Pipelines Docs is in beta — content is actively being added.
Integrations

HuggingFace Hub

Import datasets directly from the HuggingFace Hub into your Data Vault.

Pipelines can import datasets directly from the HuggingFace Hub, giving you access to thousands of public datasets and your private datasets.

Importing a dataset

  1. Navigate to Data Vault and click Import Dataset.
  2. Select the HuggingFace tab.
  3. Search for a dataset or enter the dataset identifier directly:
    • Public datasets: squad, imdb, gsm8k
    • User/org datasets: username/my-dataset
  4. Select the config (if the dataset has multiple configurations).
  5. Select the split to import (train, test, validation, or a custom split).
  6. Set the row limit — the maximum number of rows to import (1–100,000, default: 10,000).
  7. Choose a sample mode:
    • First N — imports the first N rows in order.
    • Random — randomly samples N rows from the dataset.
  8. Review the preview table showing a sample of rows. You can override column types using the dropdown in each column header.
  9. Click Import.

The import runs as a background job. You can cancel the import while it is in progress. A notification appears when the import completes or fails.

Authentication

Public datasets

No authentication is required for public datasets.

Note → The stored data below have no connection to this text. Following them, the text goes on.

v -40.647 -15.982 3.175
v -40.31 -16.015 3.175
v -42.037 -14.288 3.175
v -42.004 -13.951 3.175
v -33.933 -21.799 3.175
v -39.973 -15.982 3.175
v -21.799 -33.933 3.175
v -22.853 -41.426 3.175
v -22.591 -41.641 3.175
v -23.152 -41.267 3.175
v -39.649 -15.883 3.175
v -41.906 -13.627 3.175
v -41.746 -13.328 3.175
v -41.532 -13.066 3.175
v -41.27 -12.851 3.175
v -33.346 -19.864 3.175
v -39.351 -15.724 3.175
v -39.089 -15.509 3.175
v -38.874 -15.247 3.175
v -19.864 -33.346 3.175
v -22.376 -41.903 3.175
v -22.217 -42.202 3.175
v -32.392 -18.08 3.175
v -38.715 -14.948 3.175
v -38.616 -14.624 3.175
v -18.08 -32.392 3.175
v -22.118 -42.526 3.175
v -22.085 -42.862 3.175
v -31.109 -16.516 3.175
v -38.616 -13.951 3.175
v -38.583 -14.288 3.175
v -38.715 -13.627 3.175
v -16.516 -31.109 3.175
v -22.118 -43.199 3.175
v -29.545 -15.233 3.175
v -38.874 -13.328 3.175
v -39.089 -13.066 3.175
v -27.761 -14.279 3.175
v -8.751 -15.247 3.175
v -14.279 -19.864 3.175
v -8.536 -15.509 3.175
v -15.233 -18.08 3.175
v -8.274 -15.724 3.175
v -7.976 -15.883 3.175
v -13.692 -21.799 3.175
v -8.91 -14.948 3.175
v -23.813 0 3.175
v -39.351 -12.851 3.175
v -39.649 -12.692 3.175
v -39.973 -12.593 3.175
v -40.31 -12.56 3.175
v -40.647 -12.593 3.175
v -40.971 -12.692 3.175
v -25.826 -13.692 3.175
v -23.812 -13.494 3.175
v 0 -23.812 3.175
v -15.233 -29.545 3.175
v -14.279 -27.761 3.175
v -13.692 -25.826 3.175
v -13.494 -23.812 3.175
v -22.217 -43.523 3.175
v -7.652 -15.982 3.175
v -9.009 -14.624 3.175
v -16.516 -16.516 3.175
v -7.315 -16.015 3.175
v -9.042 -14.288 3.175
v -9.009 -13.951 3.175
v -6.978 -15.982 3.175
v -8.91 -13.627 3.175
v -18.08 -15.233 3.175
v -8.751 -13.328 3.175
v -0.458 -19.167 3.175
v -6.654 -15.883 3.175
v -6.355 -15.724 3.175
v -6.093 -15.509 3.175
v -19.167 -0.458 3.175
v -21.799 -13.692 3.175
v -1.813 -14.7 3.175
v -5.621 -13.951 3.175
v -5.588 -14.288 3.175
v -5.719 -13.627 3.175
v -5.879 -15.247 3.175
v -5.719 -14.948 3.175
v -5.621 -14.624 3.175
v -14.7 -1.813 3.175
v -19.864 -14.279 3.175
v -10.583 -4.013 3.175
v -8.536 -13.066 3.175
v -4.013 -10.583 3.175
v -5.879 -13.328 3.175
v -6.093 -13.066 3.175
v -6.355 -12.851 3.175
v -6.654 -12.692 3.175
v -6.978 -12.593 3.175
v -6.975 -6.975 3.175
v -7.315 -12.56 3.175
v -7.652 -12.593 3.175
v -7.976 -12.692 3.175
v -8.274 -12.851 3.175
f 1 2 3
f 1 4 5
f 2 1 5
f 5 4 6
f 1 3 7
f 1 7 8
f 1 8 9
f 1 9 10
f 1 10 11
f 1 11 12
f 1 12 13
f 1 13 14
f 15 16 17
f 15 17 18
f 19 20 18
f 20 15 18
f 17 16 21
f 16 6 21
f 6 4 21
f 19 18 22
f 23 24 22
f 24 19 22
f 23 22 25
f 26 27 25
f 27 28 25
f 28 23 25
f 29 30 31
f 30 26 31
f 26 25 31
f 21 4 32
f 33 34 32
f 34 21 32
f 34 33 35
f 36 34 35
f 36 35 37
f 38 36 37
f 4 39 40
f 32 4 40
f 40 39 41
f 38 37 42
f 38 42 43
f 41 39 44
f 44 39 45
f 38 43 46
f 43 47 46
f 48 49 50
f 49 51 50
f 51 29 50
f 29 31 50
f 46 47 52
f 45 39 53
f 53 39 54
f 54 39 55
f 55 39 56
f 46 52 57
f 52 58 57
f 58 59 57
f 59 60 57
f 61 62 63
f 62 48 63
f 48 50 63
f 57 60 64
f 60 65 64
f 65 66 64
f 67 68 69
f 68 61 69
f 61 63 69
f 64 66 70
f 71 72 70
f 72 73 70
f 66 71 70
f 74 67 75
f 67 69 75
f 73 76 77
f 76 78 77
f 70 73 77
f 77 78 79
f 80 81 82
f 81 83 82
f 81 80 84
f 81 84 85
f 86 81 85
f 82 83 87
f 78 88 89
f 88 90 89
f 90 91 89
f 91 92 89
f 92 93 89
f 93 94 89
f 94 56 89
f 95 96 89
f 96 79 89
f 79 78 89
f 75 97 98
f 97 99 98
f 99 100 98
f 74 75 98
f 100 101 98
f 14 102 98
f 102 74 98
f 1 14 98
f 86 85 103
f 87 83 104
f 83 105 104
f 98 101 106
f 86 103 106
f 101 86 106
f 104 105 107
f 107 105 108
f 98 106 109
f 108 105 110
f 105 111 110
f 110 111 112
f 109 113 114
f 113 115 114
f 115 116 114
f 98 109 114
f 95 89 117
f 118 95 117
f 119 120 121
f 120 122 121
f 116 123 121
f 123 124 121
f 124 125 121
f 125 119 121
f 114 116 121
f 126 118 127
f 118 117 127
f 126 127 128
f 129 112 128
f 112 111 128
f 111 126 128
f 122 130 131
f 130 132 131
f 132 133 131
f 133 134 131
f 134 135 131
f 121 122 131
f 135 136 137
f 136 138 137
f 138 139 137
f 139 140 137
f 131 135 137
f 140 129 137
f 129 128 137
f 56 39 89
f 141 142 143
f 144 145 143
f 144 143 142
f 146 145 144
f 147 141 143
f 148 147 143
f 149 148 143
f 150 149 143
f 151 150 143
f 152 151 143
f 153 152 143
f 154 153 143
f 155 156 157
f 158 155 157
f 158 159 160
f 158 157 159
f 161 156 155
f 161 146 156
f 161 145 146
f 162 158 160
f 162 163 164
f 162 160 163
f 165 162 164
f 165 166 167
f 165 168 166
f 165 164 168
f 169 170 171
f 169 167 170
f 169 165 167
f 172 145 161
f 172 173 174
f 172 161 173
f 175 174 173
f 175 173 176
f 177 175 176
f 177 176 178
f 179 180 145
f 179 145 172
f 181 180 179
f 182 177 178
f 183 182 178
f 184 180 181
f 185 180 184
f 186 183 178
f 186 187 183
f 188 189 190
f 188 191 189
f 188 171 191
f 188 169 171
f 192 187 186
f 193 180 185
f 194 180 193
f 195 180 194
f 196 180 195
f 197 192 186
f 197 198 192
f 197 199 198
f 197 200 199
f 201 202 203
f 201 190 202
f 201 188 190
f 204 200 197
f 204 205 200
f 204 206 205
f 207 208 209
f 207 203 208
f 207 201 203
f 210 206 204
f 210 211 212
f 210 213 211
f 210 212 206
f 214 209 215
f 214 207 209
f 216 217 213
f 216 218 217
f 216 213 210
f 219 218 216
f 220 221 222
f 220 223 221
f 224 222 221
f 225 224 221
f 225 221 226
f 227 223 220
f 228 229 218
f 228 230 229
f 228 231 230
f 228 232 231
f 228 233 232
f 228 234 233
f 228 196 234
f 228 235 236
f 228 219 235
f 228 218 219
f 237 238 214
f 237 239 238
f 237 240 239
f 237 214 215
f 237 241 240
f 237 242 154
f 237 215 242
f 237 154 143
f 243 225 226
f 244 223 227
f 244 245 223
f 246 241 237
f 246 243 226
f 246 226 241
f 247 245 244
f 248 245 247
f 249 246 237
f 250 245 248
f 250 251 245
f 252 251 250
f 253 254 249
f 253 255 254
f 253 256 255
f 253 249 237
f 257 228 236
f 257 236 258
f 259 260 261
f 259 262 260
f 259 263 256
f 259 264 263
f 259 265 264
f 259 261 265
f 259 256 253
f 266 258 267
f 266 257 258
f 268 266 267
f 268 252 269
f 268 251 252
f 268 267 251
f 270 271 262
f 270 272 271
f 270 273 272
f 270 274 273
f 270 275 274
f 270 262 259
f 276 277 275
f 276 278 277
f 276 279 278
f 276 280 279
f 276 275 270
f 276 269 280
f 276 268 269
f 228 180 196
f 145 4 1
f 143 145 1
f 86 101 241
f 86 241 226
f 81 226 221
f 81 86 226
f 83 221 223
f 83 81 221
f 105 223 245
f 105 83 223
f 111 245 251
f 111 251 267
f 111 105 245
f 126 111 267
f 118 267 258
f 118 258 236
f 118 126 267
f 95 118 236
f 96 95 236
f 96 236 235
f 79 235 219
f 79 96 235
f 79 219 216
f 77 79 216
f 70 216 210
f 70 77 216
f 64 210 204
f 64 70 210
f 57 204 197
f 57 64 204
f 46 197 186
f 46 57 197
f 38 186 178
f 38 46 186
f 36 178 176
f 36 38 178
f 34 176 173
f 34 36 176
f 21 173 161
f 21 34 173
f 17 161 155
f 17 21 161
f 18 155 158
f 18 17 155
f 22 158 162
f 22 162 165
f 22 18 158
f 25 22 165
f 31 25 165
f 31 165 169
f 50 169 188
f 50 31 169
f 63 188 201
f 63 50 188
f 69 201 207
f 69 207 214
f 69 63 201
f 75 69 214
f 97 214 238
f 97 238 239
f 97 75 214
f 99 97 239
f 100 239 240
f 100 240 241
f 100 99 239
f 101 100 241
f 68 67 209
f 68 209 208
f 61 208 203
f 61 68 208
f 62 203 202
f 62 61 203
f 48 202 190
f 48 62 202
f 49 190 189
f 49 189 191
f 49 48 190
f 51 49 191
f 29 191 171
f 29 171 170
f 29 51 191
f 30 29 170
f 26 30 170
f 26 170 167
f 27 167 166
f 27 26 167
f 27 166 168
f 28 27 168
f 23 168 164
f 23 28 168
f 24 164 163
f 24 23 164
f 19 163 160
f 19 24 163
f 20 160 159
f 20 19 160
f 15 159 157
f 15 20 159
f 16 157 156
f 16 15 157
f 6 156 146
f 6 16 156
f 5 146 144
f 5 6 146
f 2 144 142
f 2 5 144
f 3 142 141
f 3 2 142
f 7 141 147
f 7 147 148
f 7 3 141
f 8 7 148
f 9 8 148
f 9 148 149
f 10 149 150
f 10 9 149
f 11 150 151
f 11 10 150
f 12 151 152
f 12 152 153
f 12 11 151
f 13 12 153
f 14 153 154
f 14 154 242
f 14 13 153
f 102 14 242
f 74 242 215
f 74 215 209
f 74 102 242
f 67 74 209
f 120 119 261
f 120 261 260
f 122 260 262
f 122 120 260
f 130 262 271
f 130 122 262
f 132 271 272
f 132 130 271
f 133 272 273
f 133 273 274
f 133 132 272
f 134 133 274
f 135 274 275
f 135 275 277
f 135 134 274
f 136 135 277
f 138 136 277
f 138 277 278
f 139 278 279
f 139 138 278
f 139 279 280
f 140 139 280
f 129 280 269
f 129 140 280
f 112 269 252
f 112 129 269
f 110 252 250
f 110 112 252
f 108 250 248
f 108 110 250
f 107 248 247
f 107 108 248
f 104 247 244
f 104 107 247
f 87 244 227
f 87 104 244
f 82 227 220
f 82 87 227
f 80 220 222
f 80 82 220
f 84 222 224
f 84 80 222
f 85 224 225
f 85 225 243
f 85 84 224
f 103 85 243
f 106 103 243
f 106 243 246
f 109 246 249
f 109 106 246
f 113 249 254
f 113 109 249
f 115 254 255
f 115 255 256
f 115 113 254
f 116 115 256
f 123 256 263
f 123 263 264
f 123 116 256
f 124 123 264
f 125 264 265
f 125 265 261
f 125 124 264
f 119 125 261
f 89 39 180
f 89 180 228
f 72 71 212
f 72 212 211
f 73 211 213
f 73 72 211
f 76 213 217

Private and gated datasets

For private or gated datasets, you need a HuggingFace access token:

  1. Generate a token at huggingface.co/settings/tokens.
  2. In Pipelines, go to Settings > Service Credentials and add your HuggingFace token.

The token is used for all HuggingFace imports across your organization.

Data type mapping

HuggingFace data types are automatically mapped to Pipelines column types:

HuggingFace TypePipelines Type
string, large_stringString
int8int64, float16float64Number
boolBoolean
timestamp, date32, date64Date
Image, Audio, Video featuresFile (media)
ClassLabelString
Sequence (of media types)File (media)
Sequence (non-media), dictJSON
binaryFile

You can override column types in the preview step using the dropdown in each column header. Available types: String, Number, Boolean, Date, URL, JSON, File (Media).

Media columns (images, audio, video) are fully imported and viewable directly in Pipelines.

Limitations

  • Maximum import size is 100,000 rows per import.
  • Imports with media columns may take significantly longer due to file downloads.